My workflow is approximately as follows:
import pandas as pd
from snakemake.utils import Paramspace
TEMP_DIR = "temp"
chr = 22
# Set up paramspace for QC values:
paramspace = Paramspace(pd.read_csv("config/qc_values.tsv",
sep = "\t"))
### Target rule ###
rule all:
input:
expand(f"{TEMP_DIR}/snp-stats/post-qc/{{parameters}}/by_chr/data.chr{{chr}}.snp-stats",
parameters = paramspace.instance_patterns, chr = "22"),
### Modules ###
include: rules/rules.smk
rules.smk:
[...]
rule filter_snp_stats:
# Filter SNPs so to include only variants with high info score
# and in HWE in biallelic loci.
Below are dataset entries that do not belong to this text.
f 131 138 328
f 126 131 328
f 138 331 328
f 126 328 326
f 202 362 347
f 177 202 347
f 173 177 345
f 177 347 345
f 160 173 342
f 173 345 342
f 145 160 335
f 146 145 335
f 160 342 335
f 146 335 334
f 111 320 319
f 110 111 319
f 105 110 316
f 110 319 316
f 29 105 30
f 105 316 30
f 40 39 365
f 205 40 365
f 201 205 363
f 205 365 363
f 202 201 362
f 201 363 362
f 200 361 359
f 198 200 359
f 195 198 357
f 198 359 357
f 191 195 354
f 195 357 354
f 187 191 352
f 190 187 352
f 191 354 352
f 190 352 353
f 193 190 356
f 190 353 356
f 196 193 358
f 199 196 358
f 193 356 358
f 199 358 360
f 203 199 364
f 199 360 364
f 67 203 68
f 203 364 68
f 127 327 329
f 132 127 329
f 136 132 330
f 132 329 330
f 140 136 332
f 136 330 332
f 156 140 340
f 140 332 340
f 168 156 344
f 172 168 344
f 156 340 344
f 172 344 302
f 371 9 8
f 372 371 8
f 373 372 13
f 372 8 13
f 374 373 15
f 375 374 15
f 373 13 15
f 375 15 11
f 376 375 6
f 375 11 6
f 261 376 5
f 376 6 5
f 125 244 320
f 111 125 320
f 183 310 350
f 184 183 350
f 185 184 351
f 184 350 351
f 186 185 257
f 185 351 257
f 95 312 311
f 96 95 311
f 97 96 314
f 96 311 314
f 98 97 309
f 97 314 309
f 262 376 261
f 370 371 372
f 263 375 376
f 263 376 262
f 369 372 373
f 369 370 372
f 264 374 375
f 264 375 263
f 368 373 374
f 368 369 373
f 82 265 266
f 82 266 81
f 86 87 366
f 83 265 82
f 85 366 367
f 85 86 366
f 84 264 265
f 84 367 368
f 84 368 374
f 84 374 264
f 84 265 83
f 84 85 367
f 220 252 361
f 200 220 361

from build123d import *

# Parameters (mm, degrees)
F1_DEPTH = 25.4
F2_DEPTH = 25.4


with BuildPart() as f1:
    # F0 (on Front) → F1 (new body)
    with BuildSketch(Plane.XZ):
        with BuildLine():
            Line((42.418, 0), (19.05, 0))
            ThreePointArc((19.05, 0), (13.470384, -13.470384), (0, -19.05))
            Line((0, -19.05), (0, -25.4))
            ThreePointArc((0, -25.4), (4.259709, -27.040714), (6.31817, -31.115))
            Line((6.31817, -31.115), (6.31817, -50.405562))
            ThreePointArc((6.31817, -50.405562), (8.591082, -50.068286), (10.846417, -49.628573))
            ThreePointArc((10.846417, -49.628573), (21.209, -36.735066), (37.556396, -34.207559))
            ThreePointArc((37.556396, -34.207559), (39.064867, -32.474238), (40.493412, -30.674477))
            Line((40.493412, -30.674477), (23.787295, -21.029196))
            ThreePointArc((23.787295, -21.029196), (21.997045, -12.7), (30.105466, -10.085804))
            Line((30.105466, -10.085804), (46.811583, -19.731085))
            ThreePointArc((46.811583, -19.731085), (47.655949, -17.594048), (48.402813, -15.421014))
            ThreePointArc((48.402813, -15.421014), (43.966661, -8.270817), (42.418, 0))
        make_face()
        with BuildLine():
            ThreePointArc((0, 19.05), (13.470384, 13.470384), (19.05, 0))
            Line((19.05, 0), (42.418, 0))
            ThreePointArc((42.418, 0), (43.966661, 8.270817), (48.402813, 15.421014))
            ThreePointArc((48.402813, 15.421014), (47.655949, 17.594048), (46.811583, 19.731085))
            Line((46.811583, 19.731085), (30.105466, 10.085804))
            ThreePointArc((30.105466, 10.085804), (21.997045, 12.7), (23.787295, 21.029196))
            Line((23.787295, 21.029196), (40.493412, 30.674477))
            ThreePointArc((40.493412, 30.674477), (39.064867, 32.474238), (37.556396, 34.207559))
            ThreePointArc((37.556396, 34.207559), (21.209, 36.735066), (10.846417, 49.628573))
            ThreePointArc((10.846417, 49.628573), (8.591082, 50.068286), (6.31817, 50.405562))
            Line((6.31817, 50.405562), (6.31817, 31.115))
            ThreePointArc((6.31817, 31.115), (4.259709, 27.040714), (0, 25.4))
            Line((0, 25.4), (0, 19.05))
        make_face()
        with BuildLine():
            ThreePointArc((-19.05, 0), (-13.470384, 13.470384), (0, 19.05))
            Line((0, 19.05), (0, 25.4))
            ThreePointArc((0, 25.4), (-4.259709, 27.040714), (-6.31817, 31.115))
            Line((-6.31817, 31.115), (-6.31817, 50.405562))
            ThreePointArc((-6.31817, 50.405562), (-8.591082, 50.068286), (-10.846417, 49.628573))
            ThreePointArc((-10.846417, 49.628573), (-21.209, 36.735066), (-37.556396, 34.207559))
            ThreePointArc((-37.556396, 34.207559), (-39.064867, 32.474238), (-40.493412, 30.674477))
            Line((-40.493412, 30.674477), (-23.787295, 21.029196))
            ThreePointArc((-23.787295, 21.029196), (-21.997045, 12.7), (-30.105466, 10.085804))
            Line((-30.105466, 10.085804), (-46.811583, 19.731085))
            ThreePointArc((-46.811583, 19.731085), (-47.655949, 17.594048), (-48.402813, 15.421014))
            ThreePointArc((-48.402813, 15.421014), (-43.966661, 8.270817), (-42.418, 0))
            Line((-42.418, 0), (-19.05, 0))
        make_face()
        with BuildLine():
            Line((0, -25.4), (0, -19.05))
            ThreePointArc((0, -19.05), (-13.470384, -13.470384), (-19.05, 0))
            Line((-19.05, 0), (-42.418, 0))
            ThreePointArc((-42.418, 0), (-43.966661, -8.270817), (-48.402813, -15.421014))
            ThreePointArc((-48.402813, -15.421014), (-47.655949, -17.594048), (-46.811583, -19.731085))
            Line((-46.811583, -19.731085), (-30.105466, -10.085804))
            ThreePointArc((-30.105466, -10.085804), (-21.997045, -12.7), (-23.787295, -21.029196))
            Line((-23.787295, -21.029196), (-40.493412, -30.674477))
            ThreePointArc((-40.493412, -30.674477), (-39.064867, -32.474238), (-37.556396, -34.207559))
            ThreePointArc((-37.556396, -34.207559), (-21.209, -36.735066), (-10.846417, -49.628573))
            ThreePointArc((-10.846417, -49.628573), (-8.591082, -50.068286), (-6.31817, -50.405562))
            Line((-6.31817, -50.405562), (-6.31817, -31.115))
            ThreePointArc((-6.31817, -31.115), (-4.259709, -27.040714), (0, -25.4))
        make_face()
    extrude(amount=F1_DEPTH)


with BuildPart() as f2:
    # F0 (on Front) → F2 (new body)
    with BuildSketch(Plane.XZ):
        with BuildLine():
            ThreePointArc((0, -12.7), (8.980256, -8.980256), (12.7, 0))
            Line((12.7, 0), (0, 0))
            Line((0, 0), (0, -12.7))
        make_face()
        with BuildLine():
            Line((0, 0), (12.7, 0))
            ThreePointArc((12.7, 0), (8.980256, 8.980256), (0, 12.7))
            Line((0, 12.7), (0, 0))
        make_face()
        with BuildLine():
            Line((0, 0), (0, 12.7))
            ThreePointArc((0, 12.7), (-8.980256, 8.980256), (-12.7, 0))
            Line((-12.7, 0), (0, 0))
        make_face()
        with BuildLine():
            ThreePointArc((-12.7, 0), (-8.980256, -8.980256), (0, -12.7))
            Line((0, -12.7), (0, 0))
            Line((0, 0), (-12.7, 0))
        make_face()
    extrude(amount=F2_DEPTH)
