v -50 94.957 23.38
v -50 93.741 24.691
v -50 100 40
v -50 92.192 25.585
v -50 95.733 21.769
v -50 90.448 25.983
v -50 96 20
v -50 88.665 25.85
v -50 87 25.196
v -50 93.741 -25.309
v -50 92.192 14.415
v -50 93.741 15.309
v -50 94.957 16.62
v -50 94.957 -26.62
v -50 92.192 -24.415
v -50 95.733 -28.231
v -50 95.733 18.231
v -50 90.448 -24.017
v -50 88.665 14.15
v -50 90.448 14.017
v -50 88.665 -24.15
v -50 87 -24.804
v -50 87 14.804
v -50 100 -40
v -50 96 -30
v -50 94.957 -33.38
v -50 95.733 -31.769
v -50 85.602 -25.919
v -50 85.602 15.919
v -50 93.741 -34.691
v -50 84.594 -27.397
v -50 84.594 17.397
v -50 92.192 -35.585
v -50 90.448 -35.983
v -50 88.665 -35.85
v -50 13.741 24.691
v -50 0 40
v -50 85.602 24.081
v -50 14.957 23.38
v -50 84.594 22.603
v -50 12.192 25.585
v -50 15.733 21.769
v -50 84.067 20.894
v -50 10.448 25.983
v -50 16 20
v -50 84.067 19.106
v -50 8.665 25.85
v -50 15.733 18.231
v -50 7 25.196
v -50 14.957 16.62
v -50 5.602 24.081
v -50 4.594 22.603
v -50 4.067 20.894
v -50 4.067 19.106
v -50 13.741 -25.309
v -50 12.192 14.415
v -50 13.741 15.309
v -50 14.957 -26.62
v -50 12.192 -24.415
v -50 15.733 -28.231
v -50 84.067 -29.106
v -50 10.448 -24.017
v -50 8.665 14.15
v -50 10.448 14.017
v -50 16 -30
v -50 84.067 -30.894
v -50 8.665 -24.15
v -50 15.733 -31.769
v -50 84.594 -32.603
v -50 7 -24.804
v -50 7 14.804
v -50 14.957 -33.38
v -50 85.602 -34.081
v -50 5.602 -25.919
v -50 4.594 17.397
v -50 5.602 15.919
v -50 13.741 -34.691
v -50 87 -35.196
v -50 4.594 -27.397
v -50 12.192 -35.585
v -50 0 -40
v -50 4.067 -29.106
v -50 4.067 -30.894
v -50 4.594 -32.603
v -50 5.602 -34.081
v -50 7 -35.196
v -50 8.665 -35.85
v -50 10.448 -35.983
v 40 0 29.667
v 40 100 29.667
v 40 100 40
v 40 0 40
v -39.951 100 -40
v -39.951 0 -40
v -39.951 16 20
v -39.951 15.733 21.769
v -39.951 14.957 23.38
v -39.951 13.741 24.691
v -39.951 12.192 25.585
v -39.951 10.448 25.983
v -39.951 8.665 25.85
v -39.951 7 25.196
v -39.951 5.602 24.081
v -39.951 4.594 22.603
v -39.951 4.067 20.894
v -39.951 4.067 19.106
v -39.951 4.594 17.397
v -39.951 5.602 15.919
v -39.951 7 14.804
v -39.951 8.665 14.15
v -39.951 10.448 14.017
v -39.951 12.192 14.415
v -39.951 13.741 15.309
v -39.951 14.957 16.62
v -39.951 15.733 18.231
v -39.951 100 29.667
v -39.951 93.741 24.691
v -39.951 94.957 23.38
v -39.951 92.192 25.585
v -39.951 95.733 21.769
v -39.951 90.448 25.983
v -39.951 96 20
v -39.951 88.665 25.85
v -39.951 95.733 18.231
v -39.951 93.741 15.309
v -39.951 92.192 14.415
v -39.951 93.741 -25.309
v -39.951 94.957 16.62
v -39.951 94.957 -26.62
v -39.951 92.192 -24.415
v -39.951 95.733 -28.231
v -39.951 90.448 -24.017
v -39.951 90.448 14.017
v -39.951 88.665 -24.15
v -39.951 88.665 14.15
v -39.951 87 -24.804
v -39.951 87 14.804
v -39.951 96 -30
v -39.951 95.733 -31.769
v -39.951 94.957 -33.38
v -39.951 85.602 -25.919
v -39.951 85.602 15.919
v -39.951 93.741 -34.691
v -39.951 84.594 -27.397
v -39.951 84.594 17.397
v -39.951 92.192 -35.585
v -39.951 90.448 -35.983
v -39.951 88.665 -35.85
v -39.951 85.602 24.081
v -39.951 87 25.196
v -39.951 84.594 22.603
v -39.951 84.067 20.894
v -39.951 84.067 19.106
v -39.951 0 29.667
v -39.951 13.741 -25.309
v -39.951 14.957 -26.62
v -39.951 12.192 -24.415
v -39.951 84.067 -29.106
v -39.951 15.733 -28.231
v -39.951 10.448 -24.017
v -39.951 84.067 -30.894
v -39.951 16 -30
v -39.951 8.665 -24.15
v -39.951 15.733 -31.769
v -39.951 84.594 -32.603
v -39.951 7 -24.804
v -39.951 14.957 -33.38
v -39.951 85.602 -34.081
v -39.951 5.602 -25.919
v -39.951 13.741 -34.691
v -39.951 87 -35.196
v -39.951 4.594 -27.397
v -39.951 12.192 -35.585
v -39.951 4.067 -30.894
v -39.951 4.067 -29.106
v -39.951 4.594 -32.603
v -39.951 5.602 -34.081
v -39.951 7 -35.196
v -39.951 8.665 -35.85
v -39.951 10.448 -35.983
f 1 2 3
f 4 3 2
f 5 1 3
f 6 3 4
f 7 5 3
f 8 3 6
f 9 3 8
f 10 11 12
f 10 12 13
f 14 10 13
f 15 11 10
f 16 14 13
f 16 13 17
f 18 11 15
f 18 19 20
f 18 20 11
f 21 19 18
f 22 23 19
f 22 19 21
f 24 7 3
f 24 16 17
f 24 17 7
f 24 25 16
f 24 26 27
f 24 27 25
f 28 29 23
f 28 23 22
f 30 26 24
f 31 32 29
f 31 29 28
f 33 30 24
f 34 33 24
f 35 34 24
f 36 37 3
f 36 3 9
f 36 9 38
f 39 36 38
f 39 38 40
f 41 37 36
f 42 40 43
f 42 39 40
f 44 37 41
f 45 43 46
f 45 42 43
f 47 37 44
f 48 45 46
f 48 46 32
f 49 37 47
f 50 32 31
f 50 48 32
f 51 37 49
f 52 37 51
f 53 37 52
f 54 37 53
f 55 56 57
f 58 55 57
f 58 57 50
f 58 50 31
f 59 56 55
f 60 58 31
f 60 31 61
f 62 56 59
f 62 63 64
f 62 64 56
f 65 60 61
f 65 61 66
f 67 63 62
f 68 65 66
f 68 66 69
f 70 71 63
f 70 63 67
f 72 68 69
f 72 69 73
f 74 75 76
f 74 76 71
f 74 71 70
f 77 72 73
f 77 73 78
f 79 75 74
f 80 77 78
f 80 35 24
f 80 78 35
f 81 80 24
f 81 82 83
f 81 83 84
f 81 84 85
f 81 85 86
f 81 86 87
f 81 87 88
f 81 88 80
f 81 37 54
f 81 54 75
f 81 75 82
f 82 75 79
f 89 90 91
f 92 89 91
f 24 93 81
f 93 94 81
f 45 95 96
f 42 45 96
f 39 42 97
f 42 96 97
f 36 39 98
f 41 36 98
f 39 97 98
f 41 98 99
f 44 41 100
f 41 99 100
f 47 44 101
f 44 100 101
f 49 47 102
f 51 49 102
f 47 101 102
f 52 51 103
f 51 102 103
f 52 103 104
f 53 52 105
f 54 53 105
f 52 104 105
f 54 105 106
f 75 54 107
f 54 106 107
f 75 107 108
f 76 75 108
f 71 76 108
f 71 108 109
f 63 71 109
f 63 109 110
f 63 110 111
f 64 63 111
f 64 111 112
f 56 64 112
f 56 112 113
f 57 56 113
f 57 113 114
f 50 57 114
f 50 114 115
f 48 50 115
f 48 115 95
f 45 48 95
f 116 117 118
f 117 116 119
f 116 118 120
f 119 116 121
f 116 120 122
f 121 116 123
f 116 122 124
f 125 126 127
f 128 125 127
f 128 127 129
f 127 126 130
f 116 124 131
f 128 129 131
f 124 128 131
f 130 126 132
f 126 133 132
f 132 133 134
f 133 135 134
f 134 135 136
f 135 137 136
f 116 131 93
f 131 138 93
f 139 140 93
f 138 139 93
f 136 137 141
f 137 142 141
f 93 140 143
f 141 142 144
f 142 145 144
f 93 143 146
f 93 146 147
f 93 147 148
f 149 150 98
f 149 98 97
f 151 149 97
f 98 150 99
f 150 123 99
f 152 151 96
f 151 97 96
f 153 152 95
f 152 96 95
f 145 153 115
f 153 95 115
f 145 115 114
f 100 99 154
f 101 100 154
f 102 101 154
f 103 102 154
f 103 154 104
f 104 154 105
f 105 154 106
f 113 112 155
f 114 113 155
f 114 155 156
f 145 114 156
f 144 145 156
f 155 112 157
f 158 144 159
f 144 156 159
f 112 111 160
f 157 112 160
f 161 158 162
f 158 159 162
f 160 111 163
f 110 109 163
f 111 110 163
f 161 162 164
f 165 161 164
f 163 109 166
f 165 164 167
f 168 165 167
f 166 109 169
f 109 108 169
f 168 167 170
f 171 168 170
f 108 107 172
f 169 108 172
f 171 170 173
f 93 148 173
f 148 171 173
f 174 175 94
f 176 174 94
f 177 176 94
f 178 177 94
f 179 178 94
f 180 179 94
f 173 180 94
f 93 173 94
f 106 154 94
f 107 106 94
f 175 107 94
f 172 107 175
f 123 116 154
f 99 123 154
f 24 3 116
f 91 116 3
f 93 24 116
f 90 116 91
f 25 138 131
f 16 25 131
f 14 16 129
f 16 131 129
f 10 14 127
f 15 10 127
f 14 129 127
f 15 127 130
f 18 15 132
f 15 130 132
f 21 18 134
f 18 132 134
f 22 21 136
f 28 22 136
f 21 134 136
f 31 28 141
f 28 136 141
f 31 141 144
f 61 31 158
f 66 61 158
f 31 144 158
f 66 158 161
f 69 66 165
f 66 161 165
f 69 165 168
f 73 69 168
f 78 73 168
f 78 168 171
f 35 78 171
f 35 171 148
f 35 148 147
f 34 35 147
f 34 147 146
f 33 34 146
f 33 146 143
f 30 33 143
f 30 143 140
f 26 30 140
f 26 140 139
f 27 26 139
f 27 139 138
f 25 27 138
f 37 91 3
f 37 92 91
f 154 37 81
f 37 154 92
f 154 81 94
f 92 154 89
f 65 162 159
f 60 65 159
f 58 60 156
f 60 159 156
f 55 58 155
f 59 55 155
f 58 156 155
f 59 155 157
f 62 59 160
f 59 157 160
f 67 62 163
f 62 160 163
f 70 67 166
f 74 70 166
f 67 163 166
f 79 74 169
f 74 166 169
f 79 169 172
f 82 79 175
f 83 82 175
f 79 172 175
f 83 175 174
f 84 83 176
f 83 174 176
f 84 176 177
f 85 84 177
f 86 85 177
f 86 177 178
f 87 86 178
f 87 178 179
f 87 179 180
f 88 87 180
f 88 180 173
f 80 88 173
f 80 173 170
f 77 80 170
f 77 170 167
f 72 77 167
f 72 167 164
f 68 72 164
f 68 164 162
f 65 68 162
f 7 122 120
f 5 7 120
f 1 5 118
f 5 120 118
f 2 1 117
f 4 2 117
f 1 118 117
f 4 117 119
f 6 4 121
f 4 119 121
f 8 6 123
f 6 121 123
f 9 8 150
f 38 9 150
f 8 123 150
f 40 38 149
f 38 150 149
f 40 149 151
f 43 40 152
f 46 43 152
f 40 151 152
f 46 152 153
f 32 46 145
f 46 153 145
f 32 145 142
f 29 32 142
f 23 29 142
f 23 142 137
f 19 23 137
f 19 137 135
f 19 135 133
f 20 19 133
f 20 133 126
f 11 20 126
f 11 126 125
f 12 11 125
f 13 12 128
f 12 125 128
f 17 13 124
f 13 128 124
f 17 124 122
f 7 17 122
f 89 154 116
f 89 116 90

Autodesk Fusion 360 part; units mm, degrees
sketch "Sketch1" plane through (0, 0, 0) normal (0, 1, 0) x (1, 0, 0)
  line L0 (-39.9507, -29.6666) -> (-39.6666, -29.6666)
  line L1 (-39.9507, -29.6666) -> (-39.9507, 40)
  line L2 (-39.9507, 40) -> (-50, 40)
  line L3 (-50, 40) -> (-50, -29.6666)
  line L4 (-39.9507, -29.6666) -> (40, -29.6666)
  line L5 (40, -29.6666) -> (40, -40)
  line L6 (40, -40) -> (-39.9507, -40)
  line L7 (-50, -40) -> (-50, -29.6666)
  line L8 (-50, -40) -> (-39.9507, -40)
extrude "Extrude1" add sketch "Sketch1" along normal blind 100
sketch "Sketch2" plane through (-39.9507, 0, 0) normal (1, 0, 0) x (0, 1, 0)
  line L0 (0, 29.6666) -> (0, -40)
  line L1 (0, -40) -> (100, -40)
  line L2 (100, -40) -> (100, 29.6666)
  line L3 (100, 29.6666) -> (0, 29.6666)
  circle A0 centre (10, 20) radius 6
  circle A1 centre (90, 20) radius 6
  circle A2 centre (10, -30) radius 6
  circle A3 centre (90, -30) radius 6
  dimension "d3" = 12
  dimension "d6" = 80
  dimension "d7" = -50
extrude "Extrude2" cut sketch "Sketch2" against normal up to surface (10.0493 mm away) contours A0 | A1 | A2 | A3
The output is chr by chr
input:
f"{TEMP_DIR}/snp-stats/pre-qc/by_chr/data.chr{{chr}}.snp-stats"
output:
f"{TEMP_DIR}/snp-stats/post-qc/{{paramspace.wildcard_pattern}}/by_chr/data.chr{{chr}}.snp-stats",
params:
thresholds = paramspace.instance
script:
"../scripts/filter_snpstats.R"
config/qc_values.tsv:
hwe_p info
1e-06 0.8
1e-06 0.9
1e-06 0.95
1e-06 0.99
But if I run it, I get the following error
$ snakemake -np
Building DAG of jobs...
MissingInputException in rule all in file /mnt/storage/project/workflow/Snakefile, line 53:
Missing input files for rule all:
affected files:
/mnt/storage/project/project_folder/snp-stats/post-qc/hwe_p~1e-06/info~0.99/by_chr/data.chr22.snp-stats
/mnt/storage/project/project_folder/snp-stats/post-qc/hwe_p~1e-06/info~0.95/by_chr/data.chr22.snp-stats
/mnt/storage/project/project_folder/snp-stats/post-qc/hwe_p~1e-06/info~0.8/by_chr/data.chr22.snp-stats
/mnt/storage/project/project_folder/snp-stats/post-qc/hwe_p~1e-06/info~0.9/by_chr/data.chr22.snp-stats
...which is correct, as they should be produced by filter_snp_stats, but it isn't clear why it can't keep track of them through the wildcard. What am I doing wrong?